Data shown: Begin

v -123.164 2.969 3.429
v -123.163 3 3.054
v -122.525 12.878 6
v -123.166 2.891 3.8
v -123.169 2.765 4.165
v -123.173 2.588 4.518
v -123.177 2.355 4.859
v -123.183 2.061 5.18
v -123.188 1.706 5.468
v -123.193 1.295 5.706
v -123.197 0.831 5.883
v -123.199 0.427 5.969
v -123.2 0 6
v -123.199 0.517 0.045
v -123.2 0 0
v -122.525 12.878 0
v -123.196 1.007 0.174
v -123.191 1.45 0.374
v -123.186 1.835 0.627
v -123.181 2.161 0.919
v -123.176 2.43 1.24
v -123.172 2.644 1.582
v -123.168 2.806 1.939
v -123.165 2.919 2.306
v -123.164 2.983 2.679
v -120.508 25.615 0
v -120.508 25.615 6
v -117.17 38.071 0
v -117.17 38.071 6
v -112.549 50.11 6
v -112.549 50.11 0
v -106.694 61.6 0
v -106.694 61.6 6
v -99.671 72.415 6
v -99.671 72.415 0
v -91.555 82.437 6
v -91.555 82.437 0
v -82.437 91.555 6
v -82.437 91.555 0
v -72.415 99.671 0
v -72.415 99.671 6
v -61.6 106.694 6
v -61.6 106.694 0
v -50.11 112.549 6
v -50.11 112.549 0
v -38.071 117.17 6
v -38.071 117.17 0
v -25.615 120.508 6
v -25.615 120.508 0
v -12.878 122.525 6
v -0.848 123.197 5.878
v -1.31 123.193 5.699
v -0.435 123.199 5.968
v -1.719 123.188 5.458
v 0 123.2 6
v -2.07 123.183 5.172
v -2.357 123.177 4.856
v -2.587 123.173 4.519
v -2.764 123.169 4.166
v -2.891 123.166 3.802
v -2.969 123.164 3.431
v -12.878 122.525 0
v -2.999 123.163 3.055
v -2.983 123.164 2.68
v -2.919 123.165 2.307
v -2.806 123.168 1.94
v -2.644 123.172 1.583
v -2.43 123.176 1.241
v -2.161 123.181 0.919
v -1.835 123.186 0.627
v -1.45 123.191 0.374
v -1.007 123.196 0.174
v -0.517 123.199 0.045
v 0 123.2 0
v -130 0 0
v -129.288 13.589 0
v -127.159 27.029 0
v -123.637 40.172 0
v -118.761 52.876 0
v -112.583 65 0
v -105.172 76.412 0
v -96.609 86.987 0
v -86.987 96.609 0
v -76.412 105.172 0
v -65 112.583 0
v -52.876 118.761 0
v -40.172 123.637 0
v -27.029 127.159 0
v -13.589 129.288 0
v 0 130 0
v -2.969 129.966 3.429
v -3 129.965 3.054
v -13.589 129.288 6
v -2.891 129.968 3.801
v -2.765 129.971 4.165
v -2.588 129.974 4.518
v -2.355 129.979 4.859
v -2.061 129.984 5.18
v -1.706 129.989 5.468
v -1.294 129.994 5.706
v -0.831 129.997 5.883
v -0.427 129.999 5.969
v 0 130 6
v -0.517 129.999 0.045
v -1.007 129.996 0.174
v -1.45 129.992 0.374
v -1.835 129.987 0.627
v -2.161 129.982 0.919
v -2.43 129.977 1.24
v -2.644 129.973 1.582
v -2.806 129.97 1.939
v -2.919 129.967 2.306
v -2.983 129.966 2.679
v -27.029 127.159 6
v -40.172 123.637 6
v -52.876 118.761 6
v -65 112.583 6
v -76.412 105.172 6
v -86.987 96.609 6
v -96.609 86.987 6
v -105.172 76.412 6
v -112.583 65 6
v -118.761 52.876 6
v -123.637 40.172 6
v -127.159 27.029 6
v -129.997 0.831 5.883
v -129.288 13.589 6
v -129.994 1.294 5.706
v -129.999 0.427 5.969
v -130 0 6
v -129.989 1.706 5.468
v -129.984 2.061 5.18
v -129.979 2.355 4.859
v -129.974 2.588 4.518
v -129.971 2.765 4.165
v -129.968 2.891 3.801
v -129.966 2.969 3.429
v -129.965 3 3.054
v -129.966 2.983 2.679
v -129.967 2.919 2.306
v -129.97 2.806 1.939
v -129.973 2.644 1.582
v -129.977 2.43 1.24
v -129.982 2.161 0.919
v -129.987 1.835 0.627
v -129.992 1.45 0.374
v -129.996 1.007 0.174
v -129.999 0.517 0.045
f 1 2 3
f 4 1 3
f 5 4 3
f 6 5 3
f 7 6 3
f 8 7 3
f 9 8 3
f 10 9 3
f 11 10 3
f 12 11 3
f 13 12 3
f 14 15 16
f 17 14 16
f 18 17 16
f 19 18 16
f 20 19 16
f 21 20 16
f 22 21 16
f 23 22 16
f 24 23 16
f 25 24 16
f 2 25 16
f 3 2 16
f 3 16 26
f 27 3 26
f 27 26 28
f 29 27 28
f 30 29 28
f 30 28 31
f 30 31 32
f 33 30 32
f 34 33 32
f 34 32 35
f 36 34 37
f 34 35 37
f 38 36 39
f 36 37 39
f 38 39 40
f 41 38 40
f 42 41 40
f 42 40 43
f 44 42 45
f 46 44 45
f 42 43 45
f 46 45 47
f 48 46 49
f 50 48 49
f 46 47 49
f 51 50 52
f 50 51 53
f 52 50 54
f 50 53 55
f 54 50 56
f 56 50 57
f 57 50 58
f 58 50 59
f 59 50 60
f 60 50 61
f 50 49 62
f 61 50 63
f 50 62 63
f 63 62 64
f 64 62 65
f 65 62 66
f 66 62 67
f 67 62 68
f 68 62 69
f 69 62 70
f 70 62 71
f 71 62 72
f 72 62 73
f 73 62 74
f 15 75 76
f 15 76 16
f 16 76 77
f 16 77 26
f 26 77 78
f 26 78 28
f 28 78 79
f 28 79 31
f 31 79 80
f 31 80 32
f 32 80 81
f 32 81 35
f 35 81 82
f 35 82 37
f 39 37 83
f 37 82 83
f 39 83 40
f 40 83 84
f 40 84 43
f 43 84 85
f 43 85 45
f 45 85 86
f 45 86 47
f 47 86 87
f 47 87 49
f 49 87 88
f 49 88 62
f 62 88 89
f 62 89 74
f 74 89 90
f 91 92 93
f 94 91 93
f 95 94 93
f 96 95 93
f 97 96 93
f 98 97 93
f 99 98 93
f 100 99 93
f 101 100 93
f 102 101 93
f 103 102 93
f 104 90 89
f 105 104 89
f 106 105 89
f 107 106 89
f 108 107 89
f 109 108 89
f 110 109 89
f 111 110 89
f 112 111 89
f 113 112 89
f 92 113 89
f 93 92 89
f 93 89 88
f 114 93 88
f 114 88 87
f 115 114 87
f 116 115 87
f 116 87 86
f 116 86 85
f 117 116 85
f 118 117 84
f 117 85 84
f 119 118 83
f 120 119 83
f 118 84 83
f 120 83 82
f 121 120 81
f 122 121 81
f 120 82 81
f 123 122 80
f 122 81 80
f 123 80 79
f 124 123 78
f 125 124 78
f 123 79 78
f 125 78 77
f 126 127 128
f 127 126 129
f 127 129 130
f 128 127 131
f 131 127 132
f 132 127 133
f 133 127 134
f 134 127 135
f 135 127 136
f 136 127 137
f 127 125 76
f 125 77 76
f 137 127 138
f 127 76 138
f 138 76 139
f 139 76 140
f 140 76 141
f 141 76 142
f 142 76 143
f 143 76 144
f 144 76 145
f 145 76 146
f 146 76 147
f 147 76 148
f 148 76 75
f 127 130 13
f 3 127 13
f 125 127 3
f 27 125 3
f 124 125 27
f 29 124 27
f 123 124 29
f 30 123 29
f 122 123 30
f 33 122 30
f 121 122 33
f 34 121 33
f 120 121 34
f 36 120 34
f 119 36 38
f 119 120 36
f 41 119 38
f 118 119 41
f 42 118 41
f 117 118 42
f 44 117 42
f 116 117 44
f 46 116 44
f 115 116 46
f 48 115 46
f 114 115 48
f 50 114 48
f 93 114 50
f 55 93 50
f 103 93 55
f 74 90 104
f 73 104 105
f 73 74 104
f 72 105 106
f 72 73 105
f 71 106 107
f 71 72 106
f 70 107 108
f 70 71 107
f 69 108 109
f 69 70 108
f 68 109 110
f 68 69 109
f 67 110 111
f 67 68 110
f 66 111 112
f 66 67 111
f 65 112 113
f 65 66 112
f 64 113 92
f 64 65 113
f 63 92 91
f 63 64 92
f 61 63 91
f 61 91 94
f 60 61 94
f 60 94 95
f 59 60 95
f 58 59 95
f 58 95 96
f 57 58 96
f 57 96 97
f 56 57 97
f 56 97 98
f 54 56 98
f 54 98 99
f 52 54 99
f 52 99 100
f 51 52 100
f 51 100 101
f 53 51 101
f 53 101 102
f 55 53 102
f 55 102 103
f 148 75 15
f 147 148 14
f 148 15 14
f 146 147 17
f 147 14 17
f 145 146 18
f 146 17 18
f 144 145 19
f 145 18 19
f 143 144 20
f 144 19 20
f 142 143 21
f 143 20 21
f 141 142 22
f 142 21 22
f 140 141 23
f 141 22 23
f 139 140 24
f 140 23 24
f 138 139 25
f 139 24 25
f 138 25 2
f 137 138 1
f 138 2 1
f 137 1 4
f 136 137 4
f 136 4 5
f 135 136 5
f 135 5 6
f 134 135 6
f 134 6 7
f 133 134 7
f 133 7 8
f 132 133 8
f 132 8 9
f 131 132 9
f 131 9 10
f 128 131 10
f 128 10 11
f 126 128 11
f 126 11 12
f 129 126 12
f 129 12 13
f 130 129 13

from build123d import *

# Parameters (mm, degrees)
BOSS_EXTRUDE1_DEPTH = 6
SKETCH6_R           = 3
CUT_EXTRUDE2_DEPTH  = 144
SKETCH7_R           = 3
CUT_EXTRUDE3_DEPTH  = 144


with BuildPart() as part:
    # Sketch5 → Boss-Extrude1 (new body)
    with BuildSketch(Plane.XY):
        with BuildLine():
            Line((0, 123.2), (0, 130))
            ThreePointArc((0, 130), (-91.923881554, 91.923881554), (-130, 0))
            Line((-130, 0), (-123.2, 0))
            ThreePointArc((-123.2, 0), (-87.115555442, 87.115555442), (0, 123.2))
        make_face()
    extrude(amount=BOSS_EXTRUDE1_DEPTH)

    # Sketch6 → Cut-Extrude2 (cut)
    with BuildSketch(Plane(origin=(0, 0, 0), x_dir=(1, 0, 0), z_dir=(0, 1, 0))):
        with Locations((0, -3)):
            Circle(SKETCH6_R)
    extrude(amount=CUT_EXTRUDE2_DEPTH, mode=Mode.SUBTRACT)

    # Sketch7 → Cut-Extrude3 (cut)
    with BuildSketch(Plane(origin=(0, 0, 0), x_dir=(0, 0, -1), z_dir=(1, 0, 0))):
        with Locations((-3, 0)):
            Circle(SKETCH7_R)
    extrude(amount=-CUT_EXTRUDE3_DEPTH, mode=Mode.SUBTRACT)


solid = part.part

Data shown: End

**Prompt**: Word for word, restate the lines of the data above that fall between the line holding "f 53 101 102" and the line holding "f 130 129 13", inclusive, and no other lines.

**Solution to the exercise**:
f 53 101 102
f 55 53 102
f 55 102 103
f 148 75 15
f 147 148 14
f 148 15 14
f 146 147 17
f 147 14 17
f 145 146 18
f 146 17 18
f 144 145 19
f 145 18 19
f 143 144 20
f 144 19 20
f 142 143 21
f 143 20 21
f 141 142 22
f 142 21 22
f 140 141 23
f 141 22 23
f 139 140 24
f 140 23 24
f 138 139 25
f 139 24 25
f 138 25 2
f 137 138 1
f 138 2 1
f 137 1 4
f 136 137 4
f 136 4 5
f 135 136 5
f 135 5 6
f 134 135 6
f 134 6 7
f 133 134 7
f 133 7 8
f 132 133 8
f 132 8 9
f 131 132 9
f 131 9 10
f 128 131 10
f 128 10 11
f 126 128 11
f 126 11 12
f 129 126 12
f 129 12 13
f 130 129 13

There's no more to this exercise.